Is the top face of the cup reinforced by other parts not shown? Does the real suction cup have a tube connected to the flat top that provides a controlled vacuum pressure for the cavity?

[b.mavroeidis2]

The top face of the cup is indeed reinforced by the mounting hardware it is attached to, which is why I assigned the Remote Displacement with Behavior = Rigid. The vacuum is supplied through a tube connected to the top of the cup, with a controlled vacuum level of approximately −(60-70) kPa. This value corresponds to the operating vacuum used by the real suction system. I have attached a photo of the actual suction cup.

[peteroznewman]

Thanks for the clarification. Here is the result with a rigid top.

[b.mavroeidis2]

Thank you for taking the time to run the model and share the results. The behavior looks much closer to what I would expect from the physical setup. If possible, would you be willing to share the Workbench project that produced this result?

[peteroznewman]

The model is not yet ready to share because it is only the first step in a multistep analysis and there are some problems to overcome getting steps 2 and beyond to run. I copied your figure from above and added a green dot with a white edge to indicate the pivot point of the arm that supports the pipe that has the suction cup at the end that holds the object.

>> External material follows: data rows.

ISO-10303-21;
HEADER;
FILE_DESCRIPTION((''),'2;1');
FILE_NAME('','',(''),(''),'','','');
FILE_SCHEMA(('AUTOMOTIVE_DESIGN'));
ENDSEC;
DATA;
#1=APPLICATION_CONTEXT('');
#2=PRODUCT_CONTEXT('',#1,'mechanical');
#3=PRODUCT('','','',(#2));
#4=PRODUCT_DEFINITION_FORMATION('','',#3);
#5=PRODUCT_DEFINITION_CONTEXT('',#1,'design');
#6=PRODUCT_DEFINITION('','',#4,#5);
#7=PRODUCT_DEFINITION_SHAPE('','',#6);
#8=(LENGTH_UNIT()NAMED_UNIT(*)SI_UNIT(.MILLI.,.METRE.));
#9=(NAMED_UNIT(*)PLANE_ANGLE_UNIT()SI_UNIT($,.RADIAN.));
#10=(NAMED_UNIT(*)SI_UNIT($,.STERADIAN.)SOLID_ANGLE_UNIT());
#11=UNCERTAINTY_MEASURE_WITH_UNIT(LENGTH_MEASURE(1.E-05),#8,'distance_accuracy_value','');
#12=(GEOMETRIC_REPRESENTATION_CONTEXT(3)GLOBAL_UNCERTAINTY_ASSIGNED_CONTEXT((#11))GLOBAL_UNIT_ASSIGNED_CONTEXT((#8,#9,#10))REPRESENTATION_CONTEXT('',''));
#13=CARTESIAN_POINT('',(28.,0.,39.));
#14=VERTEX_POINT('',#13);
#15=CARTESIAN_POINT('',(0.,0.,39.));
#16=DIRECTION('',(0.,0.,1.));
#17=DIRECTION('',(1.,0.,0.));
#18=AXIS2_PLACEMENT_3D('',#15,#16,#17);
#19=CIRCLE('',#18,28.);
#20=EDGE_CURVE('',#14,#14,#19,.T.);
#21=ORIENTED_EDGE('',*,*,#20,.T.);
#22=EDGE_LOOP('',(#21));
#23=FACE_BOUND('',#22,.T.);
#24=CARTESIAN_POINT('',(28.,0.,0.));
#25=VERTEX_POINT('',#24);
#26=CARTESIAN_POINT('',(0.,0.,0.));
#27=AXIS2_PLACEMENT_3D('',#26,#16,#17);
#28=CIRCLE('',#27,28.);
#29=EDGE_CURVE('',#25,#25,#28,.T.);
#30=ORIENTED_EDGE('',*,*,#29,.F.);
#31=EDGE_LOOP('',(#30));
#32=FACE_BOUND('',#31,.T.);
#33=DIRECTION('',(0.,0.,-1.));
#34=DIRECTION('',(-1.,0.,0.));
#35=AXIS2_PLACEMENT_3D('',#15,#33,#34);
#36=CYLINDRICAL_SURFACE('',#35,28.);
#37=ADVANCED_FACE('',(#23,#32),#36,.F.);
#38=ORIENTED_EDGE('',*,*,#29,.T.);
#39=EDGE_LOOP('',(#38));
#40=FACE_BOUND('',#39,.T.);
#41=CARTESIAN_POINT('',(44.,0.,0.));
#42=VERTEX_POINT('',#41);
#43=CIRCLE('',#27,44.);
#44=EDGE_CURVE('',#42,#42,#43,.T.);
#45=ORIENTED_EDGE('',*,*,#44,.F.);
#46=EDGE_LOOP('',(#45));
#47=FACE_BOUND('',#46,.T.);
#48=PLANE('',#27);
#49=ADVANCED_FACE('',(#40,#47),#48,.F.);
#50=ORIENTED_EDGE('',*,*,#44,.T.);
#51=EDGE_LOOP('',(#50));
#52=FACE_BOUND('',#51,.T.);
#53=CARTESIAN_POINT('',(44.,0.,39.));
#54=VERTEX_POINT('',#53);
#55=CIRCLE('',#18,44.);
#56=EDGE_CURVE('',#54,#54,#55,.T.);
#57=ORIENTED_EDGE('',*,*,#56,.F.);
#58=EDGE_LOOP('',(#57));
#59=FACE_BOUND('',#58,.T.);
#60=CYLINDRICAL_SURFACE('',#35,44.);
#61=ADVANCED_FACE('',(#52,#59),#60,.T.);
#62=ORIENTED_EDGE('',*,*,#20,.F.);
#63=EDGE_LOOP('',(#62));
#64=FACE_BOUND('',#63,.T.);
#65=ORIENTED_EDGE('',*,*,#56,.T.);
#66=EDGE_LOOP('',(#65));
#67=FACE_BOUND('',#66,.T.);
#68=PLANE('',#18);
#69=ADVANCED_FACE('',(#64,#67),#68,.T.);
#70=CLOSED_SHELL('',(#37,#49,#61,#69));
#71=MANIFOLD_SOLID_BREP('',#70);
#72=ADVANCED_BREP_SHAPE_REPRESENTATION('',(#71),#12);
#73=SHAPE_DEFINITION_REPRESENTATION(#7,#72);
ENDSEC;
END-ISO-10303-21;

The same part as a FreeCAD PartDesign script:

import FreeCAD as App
import Part
import Sketcher
Q = App.Units.Quantity

doc = App.newDocument("Part")
body = doc.addObject("PartDesign::Body", "Body")

# Sketch on XY plane
sketch1 = body.newObject("Sketcher::SketchObject", "Sketch")
sketch1.AttachmentSupport = (doc.getObject("XY_Plane"), [""])
sketch1.MapMode = "FlatFace"
sketch1.addGeometry([
    Part.Circle(App.Vector(0, 0, 0), App.Vector(0, 0, 1), 44),
    Part.Circle(App.Vector(0, 0, 0), App.Vector(0, 0, 1), 28),
], False)
sketch1.addConstraint([
    Sketcher.Constraint("Coincident", 0, 3, -1, 1),
    Sketcher.Constraint("Coincident", 1, 3, -1, 1),
    Sketcher.Constraint("Diameter", 0, Q("88 mm")),
    Sketcher.Constraint("Diameter", 1, Q("56 mm")),
])
pad1 = body.newObject("PartDesign::Pad", "Pad")
pad1.Profile = sketch1
pad1.Length = 39

doc.recompute()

Can you provide the global coordinates of the center of the green dot that is the axis for the pivot?  Or if you include the pipe, arm and pivot in the CAD, I can turn those into rigid bodies and simply put a Revolute Joint on the Pin and add a Joint Load to rotate the joint.

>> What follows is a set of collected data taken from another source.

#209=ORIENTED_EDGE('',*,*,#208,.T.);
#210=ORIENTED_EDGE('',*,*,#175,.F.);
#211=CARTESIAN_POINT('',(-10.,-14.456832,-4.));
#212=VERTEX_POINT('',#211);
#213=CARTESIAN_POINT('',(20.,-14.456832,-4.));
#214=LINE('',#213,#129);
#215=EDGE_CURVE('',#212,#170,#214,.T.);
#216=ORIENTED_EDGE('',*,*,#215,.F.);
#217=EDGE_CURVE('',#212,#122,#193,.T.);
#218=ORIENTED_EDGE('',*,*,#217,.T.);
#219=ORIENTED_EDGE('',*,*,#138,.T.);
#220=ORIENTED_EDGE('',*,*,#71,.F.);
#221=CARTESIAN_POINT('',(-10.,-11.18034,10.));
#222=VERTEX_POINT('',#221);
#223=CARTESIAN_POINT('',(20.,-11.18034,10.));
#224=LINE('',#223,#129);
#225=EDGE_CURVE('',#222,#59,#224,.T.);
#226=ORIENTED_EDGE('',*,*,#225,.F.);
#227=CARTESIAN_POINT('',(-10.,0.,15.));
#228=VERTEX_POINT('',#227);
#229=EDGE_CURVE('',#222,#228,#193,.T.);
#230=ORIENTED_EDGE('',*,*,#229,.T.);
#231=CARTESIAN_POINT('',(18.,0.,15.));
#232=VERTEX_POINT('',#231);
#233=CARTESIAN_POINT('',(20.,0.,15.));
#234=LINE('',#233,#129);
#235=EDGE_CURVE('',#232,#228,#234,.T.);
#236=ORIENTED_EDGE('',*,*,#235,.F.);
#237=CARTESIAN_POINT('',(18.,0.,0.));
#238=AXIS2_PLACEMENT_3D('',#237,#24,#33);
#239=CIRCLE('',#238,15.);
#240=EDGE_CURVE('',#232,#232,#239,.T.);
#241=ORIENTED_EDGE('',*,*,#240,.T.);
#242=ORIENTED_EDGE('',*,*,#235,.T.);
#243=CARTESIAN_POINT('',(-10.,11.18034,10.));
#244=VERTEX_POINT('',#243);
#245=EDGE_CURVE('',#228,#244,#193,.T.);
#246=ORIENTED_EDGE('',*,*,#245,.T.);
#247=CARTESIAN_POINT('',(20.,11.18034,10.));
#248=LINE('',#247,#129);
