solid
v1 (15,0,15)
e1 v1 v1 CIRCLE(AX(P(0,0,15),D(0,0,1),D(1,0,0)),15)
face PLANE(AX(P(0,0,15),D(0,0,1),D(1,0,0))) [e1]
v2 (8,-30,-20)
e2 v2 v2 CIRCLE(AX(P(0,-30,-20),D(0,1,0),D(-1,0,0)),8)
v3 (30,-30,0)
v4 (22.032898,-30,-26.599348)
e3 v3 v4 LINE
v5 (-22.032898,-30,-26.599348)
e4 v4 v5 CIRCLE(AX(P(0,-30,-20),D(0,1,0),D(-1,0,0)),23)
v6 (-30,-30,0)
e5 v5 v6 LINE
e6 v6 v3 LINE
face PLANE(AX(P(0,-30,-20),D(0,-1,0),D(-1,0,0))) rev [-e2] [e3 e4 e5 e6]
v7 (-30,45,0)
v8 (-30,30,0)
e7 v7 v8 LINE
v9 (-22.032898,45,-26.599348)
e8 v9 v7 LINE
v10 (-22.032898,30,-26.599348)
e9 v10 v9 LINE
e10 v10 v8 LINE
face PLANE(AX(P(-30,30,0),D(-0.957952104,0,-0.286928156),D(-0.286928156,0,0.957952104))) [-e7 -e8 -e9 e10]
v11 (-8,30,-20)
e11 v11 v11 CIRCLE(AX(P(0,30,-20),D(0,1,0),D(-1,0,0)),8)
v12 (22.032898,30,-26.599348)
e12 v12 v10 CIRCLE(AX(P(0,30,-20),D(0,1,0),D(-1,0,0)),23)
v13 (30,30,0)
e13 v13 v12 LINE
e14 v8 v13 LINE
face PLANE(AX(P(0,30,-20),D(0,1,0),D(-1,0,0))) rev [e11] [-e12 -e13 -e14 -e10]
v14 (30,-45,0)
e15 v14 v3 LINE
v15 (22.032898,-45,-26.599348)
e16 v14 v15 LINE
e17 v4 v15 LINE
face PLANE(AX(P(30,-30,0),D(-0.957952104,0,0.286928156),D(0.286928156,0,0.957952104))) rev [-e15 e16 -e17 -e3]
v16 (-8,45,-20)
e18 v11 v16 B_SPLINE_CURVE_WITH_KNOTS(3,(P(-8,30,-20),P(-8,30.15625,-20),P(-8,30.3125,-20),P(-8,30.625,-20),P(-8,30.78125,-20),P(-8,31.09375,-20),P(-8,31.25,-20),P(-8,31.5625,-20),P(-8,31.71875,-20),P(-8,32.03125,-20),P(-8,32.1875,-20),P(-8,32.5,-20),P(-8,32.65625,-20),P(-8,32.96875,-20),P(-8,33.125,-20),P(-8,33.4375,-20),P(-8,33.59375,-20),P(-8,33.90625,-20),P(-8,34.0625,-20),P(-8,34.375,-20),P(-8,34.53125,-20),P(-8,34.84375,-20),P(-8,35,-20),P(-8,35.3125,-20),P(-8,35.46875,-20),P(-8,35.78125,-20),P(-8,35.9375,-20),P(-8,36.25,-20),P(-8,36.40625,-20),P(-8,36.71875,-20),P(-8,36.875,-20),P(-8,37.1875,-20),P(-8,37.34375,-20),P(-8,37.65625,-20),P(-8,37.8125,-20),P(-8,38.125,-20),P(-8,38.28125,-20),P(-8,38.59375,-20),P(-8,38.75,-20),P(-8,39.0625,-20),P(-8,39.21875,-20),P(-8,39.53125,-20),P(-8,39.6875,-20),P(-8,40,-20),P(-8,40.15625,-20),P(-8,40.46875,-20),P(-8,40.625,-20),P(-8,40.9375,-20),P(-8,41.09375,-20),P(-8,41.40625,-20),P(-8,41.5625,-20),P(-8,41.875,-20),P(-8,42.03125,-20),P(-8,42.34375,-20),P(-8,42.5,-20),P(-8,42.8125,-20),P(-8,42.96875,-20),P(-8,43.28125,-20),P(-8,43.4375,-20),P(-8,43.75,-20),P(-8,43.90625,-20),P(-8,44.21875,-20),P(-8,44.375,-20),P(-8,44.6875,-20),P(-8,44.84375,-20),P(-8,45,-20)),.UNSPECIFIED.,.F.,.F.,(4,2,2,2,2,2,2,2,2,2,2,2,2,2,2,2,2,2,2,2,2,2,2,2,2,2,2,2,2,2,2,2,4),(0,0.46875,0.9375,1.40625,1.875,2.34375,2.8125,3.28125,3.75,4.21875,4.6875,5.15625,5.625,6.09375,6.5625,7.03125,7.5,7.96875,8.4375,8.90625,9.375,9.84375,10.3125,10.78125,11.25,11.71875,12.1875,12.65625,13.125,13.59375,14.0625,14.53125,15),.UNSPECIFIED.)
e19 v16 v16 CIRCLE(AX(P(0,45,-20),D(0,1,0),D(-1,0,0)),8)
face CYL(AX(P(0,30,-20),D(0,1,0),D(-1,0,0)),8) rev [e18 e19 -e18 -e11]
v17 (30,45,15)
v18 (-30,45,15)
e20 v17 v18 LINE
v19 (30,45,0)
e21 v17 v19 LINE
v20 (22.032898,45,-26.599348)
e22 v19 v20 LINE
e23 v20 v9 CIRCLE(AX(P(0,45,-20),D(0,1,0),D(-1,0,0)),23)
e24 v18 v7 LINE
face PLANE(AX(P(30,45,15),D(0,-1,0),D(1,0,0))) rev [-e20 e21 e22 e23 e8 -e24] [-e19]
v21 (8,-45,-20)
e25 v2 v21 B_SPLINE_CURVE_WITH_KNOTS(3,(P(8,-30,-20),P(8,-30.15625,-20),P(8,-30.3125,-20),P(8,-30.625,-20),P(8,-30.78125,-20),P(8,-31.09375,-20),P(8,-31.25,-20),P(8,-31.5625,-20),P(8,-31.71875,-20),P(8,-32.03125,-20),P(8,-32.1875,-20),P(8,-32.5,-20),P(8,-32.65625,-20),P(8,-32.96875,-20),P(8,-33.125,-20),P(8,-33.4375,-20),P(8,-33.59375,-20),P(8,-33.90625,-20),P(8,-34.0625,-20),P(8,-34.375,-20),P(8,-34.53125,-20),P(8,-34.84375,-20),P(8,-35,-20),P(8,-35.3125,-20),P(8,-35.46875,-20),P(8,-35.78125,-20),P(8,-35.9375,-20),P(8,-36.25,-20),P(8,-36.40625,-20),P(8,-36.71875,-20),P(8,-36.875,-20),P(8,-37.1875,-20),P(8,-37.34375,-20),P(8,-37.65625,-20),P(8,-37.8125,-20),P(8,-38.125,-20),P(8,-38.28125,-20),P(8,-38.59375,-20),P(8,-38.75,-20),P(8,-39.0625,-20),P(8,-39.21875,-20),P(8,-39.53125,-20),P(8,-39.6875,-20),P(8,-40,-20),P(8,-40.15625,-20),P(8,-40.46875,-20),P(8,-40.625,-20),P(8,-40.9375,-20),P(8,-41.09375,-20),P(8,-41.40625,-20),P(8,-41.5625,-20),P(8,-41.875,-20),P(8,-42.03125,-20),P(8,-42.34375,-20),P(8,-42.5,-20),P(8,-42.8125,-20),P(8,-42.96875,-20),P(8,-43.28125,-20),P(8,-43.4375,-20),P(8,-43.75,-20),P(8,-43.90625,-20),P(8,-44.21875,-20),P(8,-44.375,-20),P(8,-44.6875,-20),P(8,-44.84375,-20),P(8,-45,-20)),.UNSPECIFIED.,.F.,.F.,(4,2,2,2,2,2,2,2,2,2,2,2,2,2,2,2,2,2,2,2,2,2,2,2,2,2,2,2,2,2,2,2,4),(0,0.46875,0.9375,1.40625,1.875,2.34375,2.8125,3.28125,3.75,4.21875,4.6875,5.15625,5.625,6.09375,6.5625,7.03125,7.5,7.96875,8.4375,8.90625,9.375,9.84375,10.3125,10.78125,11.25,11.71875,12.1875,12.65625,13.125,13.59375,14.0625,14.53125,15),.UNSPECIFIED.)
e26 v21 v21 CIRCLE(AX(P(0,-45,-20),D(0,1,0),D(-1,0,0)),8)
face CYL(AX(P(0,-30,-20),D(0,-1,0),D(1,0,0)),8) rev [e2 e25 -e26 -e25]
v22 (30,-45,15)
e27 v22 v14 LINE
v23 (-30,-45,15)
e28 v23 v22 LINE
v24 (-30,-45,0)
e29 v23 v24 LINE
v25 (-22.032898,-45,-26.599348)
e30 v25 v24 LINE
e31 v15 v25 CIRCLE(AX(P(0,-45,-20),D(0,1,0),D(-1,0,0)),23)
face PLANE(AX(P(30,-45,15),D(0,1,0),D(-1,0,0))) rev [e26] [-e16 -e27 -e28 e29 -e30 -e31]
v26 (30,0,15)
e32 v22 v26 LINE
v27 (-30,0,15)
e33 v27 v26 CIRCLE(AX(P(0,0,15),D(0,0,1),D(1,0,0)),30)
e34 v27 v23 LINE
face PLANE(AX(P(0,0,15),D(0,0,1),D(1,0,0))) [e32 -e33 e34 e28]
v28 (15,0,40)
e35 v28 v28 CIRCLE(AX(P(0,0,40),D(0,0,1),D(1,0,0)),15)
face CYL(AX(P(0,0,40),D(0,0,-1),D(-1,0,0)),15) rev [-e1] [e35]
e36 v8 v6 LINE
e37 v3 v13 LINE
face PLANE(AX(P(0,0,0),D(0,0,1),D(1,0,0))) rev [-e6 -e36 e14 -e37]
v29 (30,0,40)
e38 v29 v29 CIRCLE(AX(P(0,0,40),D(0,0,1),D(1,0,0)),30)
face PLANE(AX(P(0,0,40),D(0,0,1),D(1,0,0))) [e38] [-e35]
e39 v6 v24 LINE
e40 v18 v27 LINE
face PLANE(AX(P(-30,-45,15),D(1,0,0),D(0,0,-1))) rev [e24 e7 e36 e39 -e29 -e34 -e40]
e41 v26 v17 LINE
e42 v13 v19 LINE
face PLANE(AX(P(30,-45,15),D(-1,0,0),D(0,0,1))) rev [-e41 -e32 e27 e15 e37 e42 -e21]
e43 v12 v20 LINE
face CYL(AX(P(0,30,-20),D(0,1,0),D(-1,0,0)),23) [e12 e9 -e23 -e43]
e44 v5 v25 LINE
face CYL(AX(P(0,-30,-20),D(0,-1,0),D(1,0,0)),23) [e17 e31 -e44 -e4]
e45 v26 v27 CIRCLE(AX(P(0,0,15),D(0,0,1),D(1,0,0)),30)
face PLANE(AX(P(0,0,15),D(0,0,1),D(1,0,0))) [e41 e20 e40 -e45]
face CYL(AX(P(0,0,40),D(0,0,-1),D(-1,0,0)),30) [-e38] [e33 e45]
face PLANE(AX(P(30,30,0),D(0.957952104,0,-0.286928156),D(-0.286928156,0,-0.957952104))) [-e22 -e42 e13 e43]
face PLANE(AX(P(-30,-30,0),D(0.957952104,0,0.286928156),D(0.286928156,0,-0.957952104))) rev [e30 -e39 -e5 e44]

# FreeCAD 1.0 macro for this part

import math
import FreeCAD as App
import Part
import Sketcher
Q = App.Units.Quantity


def add_polygon(sketch, points):
    """Adds a closed chain of lines whose ends are joined by coincident constraints."""
    first, n = sketch.GeometryCount, len(points)
    for a, b in zip(points, points[1:] + points[:1]):
        sketch.addGeometry(Part.LineSegment(App.Vector(*a, 0), App.Vector(*b, 0)), False)
    for i in range(n):
        sketch.addConstraint(Sketcher.Constraint("Coincident", first + i, 2, first + (i + 1) % n, 1))

doc = App.newDocument("Part")
body = doc.addObject("PartDesign::Body", "Body")

# Sketch on XY plane
sketch1 = body.newObject("Sketcher::SketchObject", "Sketch")
sketch1.AttachmentSupport = (doc.getObject("XY_Plane"), [""])
sketch1.MapMode = "FlatFace"
add_polygon(sketch1, [(-30, 45), (-30, -45), (30, -45), (30, 45)])  # lines 0-3
sketch1.addConstraint([
    Sketcher.Constraint("Vertical", 0),
    Sketcher.Constraint("Horizontal", 1),
    Sketcher.Constraint("Vertical", 2),
    Sketcher.Constraint("Horizontal", 3),
    Sketcher.Constraint("Symmetric", 0, 2, 2, 2, -1, 1),
    Sketcher.Constraint("DistanceX", 1, 1, 1, 2, Q("60 mm")),
    Sketcher.Constraint("DistanceY", 0, 2, 0, 1, Q("90 mm")),
])
pad1 = body.newObject("PartDesign::Pad", "Pad")
pad1.Profile = sketch1
pad1.Length = 15

# Sketch on XY plane
sketch2 = body.newObject("Sketcher::SketchObject", "Sketch001")
sketch2.AttachmentSupport = (doc.getObject("XY_Plane"), [""])
sketch2.MapMode = "FlatFace"
sketch2.AttachmentOffset = App.Placement(App.Vector(0, 0, 15), App.Rotation())
sketch2.addGeometry([
    Part.Circle(App.Vector(0, 0, 0), App.Vector(0, 0, 1), 30),
    Part.ArcOfCircle(Part.Circle(App.Vector(0, 0, 0), App.Vector(0, 0, 1), 15), math.radians(-75), math.radians(255)),
    Part.ArcOfCircle(Part.Circle(App.Vector(0, 0, 0), App.Vector(0, 0, 1), 15), math.radians(-105), math.radians(-75)),
], False)
sketch2.addConstraint([
    Sketcher.Constraint("Tangent", 1, 1, 2, 2),
    Sketcher.Constraint("Coincident", 2, 1, 1, 2),
    Sketcher.Constraint("Coincident", 0, 3, -1, 1),
    Sketcher.Constraint("Coincident", 1, 3, -1, 1),
    Sketcher.Constraint("Horizontal", 1, 1, 2, 1),
    Sketcher.Constraint("Diameter", 0, Q("60 mm")),
    Sketcher.Constraint("Radius", 1, Q("15 mm")),
    Sketcher.Constraint("DistanceX", -1, 1, 1, 1, Q("4 mm")),
])
pad2 = body.newObject("PartDesign::Pad", "Pad001")
pad2.Profile = sketch2
pad2.Length = 25

# Sketch on XZ plane
sketch3 = body.newObject("Sketcher::SketchObject", "Sketch002")
sketch3.AttachmentSupport = (doc.getObject("XZ_Plane"), [""])
sketch3.MapMode = "FlatFace"
sketch3.AttachmentOffset = App.Placement(App.Vector(0, 0, -45), App.Rotation())
sketch3.addGeometry([
    Part.LineSegment(App.Vector(30, 0, 0), App.Vector(22, -27, 0)),  # 0
    Part.ArcOfCircle(Part.Circle(App.Vector(0, -20, 0), App.Vector(0, 0, 1), 23), math.radians(-163), math.radians(-17)),  # 1
    Part.LineSegment(App.Vector(-22, -27, 0), App.Vector(-30, 0, 0)),  # 2
    Part.LineSegment(App.Vector(-30, 0, 0), App.Vector(30, 0, 0)),  # 3
    Part.Circle(App.Vector(0, -20, 0), App.Vector(0, 0, 1), 8),  # 4
], False)
sketch3.addConstraint([
    Sketcher.Constraint("Tangent", 0, 2, 1, 2),
    Sketcher.Constraint("Tangent", 1, 1, 2, 1),
    Sketcher.Constraint("Coincident", 2, 2, 3, 1),
    Sketcher.Constraint("Coincident", 3, 2, 0, 1),
    Sketcher.Constraint("Horizontal", 3),
    Sketcher.Constraint("Coincident", 4, 3, 1, 3),
    Sketcher.Constraint("Symmetric", 2, 2, 3, 2, -1, 1),
    Sketcher.Constraint("PointOnObject", 1, 3, -2),
    Sketcher.Constraint("Diameter", 4, Q("16 mm")),
    Sketcher.Constraint("Radius", 1, Q("23 mm")),
    Sketcher.Constraint("DistanceX", 3, 1, 3, 2, Q("60 mm")),
    Sketcher.Constraint("DistanceY", 1, 3, -1, 1, Q("20 mm")),
])
pad3 = body.newObject("PartDesign::Pad", "Pad002")
pad3.Profile = sketch3
pad3.Length = 15
doc.recompute()

mirrored = body.newObject("PartDesign::Mirrored", "Mirrored")
mirrored.Originals = [pad3]
mirrored.MirrorPlane = (doc.getObject("XZ_Plane"), [""])
body.Tip = mirrored

doc.recompute()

I see you had a rotational velocity in your model of 1.57 rad/s but a more realistic load is the rotational acceleration profile of that revolute joint. The angular acceleration ramp up to that peak velocity may generate higher forces on the mass of the object held by the suction cup than a constant angular velocity with zero angular acceleration.

Can you provide the angular acceleration profile of the arm at that pivot?

[b.mavroeidis2]

At this stage, a specific rotation path is not required. For the next steps, let's assume the suction cup is mounted to a pivot located 50 mm from the back face of the cup (pivot-to-cup center distance = 50 mm). The exact global coordinates of the pivot are therefore not critical.

I do not currently have a measured angular acceleration profile for the real system. However, a representative motion is a 90° rotation completed in approximately 1 second. A reasonable assumption would be a motion profile with relatively high initial angular acceleration, followed by a period of approximately constant angular velocity, and then an aggressive hard-stop approaching the final 90° position.